# Lacquer smell



## bear123 (Sep 28, 2013)

I have made several boxes and have sprayed them with Lacquer , HOW do I get rid of the SMELL? it has been one week and still can not bring them into the house HELP

Thanks 
David (BEAR123)


----------



## Lazyman (Aug 8, 2014)

This seems to be a common complaint with lacquer finishes. Some people say that you can get a smell from the inside of a closed cabinet for years. Many people wait at least 2-3 weeks before they polish a lacquer finish to give it plenty of time to cure and harden. Temperature and humidity probably play a role as well. The best advice may be to put a fan on it and just let it sit and of course leave the box open.


----------



## rwyoung (Nov 22, 2008)

Time and air flow.

Or top coat them with some shellac to seal the smell. Sort of defeats what look you may have been going for with lacquer though…


----------



## pintodeluxe (Sep 12, 2010)

Finishes off-gas for a while. Lacquer is one of the best finishes available. Just give it time.

I used to apply Howard's walnut wax to projects, which has a nice citrus smell. Lately, I have just waited a little longer before bringing them into the house.


----------



## Unknowncraftsman (Jun 23, 2013)

I like the smell of fresh laquer.Maybe because I use it on my best work.
So I don't know why you want to get rid of it.

Aj


----------



## JBrow (Nov 18, 2015)

bear123,

Lazyman's ideas of moving the air and giving the lacquer more time to off-gas is practical advice. There may be some things that could make the process go a little faster. Since I have not tried these methods, I offer the reasoning behind the ideas.

I have always wondered whether the length of off-gassing of a solvent based finish is dependent on the wait time between coats. If minimal curing time is allowed for a prior coat when another coat of finish is applied, would this lock in the un-vaporized solvents from the prior coat? If so, this could explain why complete off-gassing of the carrier solvents can take so long to occur.

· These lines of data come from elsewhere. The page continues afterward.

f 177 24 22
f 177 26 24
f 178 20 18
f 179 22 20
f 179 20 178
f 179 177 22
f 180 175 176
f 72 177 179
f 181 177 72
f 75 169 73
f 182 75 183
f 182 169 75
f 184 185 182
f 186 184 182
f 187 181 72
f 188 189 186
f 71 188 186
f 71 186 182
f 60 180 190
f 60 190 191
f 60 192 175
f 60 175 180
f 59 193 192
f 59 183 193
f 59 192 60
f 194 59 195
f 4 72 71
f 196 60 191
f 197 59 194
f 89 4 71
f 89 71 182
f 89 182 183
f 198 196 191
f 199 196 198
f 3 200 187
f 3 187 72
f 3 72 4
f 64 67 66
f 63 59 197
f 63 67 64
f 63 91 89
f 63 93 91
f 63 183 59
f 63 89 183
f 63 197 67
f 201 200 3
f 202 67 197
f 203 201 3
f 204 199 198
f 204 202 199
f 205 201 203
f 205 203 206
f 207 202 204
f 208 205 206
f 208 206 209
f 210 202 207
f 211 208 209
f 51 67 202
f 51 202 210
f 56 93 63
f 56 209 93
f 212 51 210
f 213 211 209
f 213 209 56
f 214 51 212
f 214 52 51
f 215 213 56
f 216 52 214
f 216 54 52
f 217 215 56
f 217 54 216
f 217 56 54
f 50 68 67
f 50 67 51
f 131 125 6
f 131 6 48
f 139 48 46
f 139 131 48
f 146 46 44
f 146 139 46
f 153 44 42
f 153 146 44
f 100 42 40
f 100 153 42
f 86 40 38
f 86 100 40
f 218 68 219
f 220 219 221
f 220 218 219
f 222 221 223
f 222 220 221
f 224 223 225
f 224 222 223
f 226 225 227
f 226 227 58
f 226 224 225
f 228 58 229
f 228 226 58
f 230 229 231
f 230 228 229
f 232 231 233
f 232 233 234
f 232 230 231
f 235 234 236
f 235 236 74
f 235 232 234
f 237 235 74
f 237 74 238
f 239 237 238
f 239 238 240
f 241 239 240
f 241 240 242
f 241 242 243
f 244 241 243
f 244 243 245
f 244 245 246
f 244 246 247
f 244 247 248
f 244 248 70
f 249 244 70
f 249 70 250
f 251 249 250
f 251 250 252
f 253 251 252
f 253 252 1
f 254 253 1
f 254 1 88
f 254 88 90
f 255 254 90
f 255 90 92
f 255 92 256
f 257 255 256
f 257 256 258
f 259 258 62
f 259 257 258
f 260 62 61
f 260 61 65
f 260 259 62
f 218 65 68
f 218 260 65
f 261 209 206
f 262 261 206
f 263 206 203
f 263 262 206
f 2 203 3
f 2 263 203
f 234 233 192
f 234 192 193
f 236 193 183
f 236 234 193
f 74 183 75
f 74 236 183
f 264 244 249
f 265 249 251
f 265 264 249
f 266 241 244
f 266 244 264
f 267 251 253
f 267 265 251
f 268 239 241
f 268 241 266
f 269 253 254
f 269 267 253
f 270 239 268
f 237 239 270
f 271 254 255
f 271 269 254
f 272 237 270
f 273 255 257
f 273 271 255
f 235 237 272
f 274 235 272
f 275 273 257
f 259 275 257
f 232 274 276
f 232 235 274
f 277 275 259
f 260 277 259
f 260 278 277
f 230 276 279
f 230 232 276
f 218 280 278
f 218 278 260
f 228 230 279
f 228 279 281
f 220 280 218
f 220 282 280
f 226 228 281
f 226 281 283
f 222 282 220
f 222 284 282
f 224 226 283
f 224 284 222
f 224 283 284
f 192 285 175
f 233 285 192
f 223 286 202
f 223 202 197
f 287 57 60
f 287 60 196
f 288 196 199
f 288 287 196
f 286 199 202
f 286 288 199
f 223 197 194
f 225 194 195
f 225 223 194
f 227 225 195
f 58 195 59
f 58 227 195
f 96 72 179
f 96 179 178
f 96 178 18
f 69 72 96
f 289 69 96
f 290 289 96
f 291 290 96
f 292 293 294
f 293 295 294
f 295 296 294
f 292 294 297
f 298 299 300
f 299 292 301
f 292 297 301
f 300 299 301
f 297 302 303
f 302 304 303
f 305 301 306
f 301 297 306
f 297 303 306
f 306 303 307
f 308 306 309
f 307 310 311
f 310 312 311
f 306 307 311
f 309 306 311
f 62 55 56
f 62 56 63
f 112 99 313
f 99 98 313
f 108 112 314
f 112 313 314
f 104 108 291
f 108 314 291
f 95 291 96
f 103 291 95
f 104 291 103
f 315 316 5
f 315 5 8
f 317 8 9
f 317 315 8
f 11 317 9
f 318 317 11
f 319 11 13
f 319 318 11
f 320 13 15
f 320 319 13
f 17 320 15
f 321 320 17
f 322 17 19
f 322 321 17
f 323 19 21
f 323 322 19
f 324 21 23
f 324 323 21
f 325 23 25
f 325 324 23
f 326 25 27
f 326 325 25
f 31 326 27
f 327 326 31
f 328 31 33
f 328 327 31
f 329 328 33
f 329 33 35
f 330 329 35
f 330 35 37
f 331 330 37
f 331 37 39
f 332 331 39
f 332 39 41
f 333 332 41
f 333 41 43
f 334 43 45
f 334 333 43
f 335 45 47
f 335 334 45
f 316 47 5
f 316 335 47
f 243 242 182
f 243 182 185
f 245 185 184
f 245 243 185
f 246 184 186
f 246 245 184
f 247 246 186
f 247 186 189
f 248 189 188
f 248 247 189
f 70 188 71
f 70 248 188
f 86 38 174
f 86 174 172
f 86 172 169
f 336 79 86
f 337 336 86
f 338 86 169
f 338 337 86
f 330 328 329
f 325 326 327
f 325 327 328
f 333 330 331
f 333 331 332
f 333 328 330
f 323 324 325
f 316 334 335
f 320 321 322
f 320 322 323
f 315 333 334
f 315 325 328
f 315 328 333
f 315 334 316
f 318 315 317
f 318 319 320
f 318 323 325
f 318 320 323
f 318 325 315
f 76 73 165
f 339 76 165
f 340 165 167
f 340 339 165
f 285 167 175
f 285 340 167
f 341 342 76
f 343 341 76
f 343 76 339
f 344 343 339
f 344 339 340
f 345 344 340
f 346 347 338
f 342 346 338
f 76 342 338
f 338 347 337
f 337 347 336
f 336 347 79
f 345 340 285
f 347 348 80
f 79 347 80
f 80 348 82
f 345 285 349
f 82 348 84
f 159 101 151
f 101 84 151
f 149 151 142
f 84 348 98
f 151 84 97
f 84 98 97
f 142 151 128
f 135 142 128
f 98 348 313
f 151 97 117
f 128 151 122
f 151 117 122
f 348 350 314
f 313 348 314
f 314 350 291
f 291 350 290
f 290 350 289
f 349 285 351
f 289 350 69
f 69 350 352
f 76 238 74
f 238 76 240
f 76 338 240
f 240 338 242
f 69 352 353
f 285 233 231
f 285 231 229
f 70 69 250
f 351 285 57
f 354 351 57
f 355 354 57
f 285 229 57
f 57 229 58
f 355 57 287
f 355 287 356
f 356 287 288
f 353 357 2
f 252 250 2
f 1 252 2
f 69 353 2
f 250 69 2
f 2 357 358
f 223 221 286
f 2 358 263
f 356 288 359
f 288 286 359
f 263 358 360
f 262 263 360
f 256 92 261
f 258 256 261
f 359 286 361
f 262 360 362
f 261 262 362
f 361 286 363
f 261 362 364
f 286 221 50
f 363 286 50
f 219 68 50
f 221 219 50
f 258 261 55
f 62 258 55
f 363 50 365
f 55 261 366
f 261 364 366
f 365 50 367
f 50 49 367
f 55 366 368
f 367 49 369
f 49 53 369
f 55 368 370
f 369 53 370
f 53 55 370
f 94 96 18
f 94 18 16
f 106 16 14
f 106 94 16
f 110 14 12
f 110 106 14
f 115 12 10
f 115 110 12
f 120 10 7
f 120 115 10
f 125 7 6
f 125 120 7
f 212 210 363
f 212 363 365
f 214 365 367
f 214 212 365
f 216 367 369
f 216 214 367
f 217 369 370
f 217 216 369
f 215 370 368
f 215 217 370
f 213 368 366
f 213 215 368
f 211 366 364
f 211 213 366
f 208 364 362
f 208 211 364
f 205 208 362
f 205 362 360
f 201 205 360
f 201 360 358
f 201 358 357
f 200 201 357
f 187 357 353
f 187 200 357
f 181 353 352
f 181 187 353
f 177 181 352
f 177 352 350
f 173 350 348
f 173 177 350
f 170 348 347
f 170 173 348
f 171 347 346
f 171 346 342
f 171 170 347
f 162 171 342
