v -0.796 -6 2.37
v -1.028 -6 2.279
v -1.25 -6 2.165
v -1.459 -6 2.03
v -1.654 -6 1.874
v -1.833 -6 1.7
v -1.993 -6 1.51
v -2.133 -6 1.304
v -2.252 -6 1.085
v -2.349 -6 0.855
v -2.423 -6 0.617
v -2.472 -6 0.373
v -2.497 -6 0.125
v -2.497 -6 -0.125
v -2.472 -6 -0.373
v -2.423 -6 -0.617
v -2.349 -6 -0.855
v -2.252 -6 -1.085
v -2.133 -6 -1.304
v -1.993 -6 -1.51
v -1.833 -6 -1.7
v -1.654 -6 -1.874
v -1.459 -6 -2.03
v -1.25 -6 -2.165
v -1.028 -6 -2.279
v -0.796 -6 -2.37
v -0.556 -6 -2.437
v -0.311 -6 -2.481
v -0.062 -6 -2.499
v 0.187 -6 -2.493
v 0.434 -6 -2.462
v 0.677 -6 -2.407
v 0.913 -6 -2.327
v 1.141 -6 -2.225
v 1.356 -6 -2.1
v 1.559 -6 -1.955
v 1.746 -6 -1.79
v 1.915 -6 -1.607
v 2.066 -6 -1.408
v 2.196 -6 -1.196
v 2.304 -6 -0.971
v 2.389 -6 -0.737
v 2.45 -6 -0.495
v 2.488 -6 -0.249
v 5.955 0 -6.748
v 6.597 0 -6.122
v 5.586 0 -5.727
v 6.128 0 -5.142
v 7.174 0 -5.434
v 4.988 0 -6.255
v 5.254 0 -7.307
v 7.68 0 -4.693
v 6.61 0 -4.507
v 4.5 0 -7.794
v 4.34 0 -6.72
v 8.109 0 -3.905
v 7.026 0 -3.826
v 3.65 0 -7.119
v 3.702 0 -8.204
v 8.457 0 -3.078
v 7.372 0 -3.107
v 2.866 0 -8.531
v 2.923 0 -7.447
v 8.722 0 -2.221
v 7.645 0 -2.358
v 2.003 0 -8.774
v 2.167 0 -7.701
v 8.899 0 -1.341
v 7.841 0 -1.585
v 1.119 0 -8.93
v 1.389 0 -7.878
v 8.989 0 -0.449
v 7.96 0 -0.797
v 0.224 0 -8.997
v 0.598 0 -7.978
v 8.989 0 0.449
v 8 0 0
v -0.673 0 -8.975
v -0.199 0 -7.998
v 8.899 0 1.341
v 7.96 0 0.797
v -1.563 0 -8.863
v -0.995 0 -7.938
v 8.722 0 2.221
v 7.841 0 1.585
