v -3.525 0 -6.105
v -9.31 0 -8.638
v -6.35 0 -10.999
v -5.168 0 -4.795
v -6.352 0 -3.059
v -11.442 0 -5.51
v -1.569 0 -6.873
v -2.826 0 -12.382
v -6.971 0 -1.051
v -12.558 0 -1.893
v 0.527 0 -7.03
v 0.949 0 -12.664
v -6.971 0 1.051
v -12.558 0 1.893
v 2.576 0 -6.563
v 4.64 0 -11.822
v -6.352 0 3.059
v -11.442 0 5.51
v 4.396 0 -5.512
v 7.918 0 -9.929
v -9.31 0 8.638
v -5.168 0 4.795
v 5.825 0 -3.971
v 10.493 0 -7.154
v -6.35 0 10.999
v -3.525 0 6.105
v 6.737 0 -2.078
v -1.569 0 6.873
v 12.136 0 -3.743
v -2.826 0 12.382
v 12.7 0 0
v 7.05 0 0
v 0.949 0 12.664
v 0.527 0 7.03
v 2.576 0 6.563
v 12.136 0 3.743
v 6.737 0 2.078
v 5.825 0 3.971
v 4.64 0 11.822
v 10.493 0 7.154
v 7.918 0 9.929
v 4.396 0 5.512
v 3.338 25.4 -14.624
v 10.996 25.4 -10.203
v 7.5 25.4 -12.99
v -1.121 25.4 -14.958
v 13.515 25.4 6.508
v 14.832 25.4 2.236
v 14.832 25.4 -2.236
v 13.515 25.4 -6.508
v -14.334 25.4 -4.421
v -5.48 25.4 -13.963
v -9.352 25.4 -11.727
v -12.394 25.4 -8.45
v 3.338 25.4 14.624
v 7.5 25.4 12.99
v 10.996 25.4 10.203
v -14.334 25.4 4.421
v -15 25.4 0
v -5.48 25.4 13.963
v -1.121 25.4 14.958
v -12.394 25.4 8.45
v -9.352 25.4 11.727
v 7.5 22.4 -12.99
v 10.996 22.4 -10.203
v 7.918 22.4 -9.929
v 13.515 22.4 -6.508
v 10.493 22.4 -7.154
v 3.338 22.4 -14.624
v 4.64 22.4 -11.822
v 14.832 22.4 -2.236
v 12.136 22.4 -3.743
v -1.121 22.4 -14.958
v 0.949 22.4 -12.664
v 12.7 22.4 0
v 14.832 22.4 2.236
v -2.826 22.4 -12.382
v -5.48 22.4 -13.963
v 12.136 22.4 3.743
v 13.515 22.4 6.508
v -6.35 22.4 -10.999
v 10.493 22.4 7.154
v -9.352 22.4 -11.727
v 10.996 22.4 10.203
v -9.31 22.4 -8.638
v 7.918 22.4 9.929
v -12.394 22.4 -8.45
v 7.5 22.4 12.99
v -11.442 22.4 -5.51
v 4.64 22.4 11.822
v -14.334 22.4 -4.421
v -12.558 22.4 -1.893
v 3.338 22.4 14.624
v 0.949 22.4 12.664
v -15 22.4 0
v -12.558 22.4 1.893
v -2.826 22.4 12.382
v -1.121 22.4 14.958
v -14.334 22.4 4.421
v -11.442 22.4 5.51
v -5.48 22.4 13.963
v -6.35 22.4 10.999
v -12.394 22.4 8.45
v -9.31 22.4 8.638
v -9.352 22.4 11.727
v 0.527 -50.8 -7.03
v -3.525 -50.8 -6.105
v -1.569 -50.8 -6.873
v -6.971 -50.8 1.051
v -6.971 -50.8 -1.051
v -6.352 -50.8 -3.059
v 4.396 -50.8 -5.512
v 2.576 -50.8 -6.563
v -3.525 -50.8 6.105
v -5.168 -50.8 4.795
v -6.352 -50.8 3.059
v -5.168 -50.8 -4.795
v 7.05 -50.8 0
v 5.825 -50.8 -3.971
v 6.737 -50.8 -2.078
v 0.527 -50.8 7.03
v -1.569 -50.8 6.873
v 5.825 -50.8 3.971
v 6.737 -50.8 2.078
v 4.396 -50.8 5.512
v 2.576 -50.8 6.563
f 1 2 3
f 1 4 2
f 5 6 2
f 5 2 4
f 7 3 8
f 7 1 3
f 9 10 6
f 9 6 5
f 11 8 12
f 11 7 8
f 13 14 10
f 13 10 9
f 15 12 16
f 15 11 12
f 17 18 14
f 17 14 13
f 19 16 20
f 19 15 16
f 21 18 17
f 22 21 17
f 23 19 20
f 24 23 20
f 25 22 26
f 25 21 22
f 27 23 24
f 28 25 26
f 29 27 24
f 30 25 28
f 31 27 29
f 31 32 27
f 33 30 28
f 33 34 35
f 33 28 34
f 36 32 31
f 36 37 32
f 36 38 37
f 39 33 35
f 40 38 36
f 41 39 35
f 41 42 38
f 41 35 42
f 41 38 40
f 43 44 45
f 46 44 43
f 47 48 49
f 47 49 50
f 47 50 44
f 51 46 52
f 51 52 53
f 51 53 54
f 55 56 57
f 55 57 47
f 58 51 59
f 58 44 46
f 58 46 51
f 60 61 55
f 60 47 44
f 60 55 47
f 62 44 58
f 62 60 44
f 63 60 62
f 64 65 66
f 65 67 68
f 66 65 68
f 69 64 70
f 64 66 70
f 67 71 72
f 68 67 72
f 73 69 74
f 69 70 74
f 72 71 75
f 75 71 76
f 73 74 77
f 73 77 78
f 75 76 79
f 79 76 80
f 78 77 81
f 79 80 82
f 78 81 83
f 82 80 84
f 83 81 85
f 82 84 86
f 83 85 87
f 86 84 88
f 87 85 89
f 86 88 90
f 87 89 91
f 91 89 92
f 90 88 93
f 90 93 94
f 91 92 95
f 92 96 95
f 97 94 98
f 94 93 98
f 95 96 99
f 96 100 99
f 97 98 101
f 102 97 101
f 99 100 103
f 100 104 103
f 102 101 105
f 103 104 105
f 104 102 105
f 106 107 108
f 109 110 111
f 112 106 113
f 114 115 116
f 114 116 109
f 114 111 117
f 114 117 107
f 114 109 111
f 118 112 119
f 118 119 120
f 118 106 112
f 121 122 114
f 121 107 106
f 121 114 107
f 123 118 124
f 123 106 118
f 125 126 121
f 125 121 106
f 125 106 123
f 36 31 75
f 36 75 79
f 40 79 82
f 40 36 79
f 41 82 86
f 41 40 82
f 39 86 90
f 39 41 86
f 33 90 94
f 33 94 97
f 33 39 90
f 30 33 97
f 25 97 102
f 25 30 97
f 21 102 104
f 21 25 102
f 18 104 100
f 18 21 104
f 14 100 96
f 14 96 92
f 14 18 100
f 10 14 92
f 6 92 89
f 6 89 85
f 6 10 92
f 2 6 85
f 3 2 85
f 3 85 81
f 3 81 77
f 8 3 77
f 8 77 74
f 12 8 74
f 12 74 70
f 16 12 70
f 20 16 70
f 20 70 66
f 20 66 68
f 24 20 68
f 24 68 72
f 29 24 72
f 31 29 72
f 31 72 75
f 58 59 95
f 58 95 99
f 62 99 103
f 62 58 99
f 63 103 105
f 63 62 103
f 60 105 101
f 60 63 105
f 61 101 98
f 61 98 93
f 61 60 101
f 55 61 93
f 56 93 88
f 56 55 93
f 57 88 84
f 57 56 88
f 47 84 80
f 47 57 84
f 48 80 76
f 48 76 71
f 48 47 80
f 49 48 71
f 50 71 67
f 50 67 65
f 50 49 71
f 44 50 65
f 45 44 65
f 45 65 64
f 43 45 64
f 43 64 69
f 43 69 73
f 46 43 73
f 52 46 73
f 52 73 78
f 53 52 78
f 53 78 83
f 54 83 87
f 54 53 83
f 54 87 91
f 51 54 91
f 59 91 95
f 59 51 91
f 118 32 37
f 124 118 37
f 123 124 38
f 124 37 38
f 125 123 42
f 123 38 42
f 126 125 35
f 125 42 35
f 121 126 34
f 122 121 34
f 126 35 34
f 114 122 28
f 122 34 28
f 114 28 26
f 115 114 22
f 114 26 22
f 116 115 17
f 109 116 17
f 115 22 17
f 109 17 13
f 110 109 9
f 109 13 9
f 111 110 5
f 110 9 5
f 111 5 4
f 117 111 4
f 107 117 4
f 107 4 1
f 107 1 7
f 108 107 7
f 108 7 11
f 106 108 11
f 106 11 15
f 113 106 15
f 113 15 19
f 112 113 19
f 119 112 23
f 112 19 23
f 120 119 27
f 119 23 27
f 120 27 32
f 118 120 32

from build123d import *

# Parameters (mm, degrees)
F0_R     = 7.05
F1_DEPTH = 50.8
F2_R     = 12.7
F3_DEPTH = 25.4
F4_R     = 15
F5_DEPTH = 3


with BuildPart() as f1:
    # F0 (on Front) → F1 (new body)
    with BuildSketch(Plane.XZ):
        Circle(F0_R)
    extrude(amount=F1_DEPTH)

    # F2 (on Front) → F3 (join)
    with BuildSketch(Plane.XZ):
        Circle(F2_R)
    extrude(amount=-F3_DEPTH)

    # F4 (on face) → F5 (join)
    with BuildSketch(Plane(origin=(0, 25.4, 0), x_dir=(-1, 0, 0), z_dir=(0, 1, 0))):
        Circle(F4_R)
    extrude(amount=-F5_DEPTH)


solid = f1.part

From what I gather, solvents commonly used in lacquer are butyl acetate and xylene or toluene. Butyl acetate has an odor similar to that of bananas or apples (Wikipedia). Xylene and toluene just smell awful. My guess is these solvent are the source of the foul odor.

Solvents have a property called vapor pressure which can be thought of as the force that a solvent vaporizes from a liquid to a gas. Vapor pressure tends to increase as temperature increasing, i.e. more evaporation at a higher temperature. But I also suspect that since the solvent is vaporizing into the atmosphere, increased atmospheric pressure could impede the vaporization of the solvent. If this is true, then if the boxes can be placed in a low pressure environment, the off-gassing should occur more rapidly. A slight vacuum can be introduced inside the boxes by introducing a strong flow of air over the openings of the boxes. A box fan on high could move the air across the top of the box (not forcing the air into the box). If the air can be heated, then the vapor pressure of the solvent would be increased resulting, I would think, in more off-gassing. If the shop is heated, then turning on the heat could be helpful.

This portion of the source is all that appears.